D’à côté – Chorégraphie Christian Rizzo © Marc Coudrais
D’à côté – Chorégraphie Christian Rizzo © Marc Coudrais

Danse : l’éblouissant conte chorégraphique de Christian Rizzo

Avec “D’à côté”, Christian Rizzo propose un travail d’une grande intelligence qui mêle pédagogie, exigence de l’écriture et ouverture des imaginaires. Pour émerveiller les enfants et les adultes, et surprendre, encore, ses fans de longue date ! À la Maison de la danse cette semaine.

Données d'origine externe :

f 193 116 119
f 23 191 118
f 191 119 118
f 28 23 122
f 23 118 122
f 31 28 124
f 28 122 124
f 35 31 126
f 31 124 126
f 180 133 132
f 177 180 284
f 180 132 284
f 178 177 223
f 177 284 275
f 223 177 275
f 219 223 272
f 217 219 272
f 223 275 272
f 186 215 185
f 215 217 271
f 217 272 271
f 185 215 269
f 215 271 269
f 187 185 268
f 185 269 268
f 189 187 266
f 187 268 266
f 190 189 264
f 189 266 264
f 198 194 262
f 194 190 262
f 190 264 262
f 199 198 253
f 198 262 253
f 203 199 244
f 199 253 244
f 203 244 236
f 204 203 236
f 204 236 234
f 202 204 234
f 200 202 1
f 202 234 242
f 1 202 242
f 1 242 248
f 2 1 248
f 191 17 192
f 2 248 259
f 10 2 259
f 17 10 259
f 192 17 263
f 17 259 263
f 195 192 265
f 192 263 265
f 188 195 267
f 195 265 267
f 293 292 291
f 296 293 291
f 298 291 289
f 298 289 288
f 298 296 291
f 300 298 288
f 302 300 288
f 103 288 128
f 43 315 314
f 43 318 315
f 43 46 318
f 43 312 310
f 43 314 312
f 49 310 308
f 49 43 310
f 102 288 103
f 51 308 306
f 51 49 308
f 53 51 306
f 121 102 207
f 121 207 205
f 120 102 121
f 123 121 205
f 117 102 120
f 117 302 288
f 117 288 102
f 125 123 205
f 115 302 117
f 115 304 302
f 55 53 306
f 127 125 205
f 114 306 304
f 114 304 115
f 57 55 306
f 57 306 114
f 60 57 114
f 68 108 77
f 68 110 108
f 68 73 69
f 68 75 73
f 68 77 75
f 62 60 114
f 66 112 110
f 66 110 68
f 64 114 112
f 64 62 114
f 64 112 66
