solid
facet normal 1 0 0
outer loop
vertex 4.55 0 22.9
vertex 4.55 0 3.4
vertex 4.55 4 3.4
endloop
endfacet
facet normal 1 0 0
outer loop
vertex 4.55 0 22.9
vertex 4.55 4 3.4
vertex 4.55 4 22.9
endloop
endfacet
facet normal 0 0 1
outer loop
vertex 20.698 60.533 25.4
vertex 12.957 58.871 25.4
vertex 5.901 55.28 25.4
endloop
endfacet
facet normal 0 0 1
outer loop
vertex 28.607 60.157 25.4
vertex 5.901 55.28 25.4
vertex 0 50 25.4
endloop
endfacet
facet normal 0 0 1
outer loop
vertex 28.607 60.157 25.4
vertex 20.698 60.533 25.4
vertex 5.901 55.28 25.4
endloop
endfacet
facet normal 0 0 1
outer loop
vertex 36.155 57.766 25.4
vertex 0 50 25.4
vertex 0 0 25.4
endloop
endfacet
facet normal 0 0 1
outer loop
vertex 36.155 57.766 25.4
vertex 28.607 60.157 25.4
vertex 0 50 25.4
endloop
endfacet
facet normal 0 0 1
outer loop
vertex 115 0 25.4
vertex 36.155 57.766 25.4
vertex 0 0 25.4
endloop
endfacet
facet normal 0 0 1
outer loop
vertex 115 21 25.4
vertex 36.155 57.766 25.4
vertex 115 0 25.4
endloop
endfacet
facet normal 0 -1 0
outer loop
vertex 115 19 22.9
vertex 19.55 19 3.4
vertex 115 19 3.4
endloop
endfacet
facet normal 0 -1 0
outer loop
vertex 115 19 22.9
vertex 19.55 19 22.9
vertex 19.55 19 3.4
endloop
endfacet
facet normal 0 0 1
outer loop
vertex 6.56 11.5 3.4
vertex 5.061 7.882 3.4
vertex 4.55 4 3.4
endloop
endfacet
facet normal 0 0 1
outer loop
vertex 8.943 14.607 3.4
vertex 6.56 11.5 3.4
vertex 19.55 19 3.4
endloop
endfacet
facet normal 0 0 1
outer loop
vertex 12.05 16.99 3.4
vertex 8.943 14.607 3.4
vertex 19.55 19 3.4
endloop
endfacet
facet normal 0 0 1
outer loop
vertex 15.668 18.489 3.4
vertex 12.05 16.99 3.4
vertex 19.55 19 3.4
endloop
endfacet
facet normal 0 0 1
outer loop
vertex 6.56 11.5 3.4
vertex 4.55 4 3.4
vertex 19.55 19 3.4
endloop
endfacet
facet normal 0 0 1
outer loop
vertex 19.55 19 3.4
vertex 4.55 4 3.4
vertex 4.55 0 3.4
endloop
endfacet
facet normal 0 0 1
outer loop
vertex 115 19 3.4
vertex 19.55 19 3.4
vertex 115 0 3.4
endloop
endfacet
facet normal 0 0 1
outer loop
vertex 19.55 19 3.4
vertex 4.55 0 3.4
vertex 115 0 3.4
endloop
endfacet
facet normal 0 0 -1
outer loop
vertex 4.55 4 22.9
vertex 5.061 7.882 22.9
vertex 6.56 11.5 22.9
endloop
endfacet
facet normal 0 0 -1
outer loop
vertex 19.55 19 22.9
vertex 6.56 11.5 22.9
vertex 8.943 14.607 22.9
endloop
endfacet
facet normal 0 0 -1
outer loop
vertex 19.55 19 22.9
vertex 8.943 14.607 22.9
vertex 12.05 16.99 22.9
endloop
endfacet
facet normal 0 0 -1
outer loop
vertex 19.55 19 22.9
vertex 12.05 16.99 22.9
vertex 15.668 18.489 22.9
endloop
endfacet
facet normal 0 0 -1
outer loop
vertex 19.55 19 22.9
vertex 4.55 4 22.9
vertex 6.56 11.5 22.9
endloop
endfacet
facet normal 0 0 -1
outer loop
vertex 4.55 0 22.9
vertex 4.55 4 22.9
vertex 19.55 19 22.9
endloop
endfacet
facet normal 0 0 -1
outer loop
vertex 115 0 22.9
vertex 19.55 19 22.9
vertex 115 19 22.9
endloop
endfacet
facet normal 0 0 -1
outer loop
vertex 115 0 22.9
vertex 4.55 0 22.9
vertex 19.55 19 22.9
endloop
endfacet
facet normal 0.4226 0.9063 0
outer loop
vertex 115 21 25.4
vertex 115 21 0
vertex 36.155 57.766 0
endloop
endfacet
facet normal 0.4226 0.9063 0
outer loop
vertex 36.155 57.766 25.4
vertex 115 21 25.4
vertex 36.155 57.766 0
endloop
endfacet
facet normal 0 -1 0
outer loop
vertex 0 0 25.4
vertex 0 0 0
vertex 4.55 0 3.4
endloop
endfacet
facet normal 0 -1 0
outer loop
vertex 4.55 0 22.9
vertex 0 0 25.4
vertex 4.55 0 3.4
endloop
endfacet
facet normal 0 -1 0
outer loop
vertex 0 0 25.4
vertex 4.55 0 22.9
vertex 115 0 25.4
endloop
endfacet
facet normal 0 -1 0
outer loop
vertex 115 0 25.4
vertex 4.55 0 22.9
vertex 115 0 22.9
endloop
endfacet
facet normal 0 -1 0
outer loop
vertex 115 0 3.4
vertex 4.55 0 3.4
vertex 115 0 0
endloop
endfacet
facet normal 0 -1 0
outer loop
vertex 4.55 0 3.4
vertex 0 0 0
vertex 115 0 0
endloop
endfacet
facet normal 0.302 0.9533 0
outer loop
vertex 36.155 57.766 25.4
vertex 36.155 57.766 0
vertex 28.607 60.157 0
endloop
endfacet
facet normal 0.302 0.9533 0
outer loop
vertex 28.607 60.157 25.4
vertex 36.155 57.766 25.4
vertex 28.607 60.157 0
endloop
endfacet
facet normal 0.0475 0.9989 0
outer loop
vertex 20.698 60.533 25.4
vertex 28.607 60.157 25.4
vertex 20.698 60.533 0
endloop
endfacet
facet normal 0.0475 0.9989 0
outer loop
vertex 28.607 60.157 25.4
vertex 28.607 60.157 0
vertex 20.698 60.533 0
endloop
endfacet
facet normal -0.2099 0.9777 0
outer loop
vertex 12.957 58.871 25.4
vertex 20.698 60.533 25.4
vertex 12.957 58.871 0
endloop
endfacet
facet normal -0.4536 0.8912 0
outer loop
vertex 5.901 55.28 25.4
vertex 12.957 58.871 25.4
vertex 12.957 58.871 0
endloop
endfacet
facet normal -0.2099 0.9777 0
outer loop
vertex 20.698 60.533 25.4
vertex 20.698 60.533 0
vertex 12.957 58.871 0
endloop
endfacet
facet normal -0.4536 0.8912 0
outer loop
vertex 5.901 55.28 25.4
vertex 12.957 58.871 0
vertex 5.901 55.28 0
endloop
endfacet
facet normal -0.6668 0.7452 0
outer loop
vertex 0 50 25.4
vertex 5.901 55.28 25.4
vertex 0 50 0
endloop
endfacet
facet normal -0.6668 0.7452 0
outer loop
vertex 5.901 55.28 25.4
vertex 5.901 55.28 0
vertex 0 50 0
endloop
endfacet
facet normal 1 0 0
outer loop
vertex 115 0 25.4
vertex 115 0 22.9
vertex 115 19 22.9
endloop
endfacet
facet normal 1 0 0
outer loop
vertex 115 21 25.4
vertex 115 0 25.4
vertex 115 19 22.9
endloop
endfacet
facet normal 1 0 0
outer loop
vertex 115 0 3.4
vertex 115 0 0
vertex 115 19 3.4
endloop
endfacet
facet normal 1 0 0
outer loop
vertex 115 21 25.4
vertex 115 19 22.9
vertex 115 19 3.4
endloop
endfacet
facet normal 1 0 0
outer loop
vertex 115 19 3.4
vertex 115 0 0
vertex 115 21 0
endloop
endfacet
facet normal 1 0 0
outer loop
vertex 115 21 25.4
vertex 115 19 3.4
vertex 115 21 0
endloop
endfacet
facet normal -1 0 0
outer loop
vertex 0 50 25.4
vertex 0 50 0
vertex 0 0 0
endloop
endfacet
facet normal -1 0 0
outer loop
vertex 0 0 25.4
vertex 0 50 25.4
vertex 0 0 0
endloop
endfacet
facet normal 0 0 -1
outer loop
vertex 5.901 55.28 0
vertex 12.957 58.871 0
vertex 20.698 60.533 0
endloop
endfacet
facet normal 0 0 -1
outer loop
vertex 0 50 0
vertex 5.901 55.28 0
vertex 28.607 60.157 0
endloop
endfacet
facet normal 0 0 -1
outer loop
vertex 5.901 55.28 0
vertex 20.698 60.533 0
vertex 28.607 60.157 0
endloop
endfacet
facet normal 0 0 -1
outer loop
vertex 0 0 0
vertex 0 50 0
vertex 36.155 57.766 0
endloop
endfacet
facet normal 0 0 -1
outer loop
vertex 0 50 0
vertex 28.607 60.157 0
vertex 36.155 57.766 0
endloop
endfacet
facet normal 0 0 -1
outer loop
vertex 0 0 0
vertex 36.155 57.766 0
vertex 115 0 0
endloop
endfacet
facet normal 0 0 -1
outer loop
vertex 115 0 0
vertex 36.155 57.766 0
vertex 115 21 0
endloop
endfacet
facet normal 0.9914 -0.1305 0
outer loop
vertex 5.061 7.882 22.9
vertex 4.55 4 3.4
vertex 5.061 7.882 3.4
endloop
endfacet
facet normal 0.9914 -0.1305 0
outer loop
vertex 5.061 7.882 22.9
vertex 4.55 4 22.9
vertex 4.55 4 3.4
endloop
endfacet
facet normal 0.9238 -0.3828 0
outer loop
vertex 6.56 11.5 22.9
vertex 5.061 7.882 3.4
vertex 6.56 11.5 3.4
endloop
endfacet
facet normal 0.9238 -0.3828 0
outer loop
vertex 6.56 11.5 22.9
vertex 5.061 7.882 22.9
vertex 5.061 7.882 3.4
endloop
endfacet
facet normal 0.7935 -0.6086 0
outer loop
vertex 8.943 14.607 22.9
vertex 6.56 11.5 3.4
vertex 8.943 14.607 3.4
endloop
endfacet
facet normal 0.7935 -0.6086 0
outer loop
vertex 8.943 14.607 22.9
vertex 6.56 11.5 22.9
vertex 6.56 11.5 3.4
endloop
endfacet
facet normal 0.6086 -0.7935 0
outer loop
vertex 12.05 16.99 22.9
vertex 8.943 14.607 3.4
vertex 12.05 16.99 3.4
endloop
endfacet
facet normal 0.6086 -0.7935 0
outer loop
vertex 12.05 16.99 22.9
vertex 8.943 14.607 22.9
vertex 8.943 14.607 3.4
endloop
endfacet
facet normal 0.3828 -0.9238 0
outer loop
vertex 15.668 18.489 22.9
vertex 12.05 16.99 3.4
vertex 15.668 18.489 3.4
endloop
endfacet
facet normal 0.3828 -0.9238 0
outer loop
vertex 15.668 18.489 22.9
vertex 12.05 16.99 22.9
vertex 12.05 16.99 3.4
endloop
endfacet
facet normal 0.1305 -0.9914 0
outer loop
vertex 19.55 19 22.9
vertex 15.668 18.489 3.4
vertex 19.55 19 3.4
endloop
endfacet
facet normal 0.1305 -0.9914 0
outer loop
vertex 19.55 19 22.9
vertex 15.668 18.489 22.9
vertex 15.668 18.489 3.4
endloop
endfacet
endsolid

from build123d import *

# Parameters (mm, degrees)
F1_DEPTH = 25.4
F2_W     = 110.45
F2_H     = 19.5
F3_DEPTH = 19
F4_R     = 15


with BuildPart() as f1:
    # F0 (on Top) → F1 (new body)
    with BuildSketch(Plane.XY):
        with BuildLine():
            Line((0, 50), (0, 0))
            Line((0, 0), (115, 0))
            Line((115, 0), (115, 21))
            Line((115, 21), (36.155032, 57.766013))
            ThreePointArc((36.155032, 57.766013), (16.773652, 59.953206), (0, 50))
        make_face()
    extrude(amount=F1_DEPTH)

    # F2 (on face) → F3 (cut)
    with BuildSketch(Plane.XZ):
        with Locations((59.775, 13.15)):
            Rectangle(F2_W, F2_H)
    extrude(amount=-F3_DEPTH, mode=Mode.SUBTRACT)

    # F4
    f4_edges = [f1.edges().sort_by_distance(p)[0] for p in [
        (4.55, 19, 13.15),
    ]]
    fillet(f4_edges, radius=F4_R)


solid = f1.part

Une scène blanche carrée, une plante, un arbre, trois danseurs habillés en rouge, vert et bleu, des murs amovibles scintillants, des néons lumineux qui se déplacent, des figures masquées, des costumes abracadabrants, un animal poilu, un homme-araignée, une musique électro parfois lente, souvent rythmée et puissante… D’à côté est un magnifique voyage sensoriel pour tous les publics, à partir de six ans, qui évoque les espaces hors champ se rencontrant sur un plateau : les images, le son, les objets, la lumière. Les fans de Rizzo y trouveront leur compte en reconnaissant les qualités de pièces comme Ni fleurs, ni Ford Mustang, B.C, janvier 1545, Fontainebleau, mais aussi D’après une histoire vraie pour la danse pure. Des pièces que l’on a vues à Lyon et qui nous font aimer cet artiste hors du commun poursuivant ici son travail sur ce qui l’a toujours habité et nourri : un monde onirique, hybride, fait de plasticité, traversé par d’étranges figures.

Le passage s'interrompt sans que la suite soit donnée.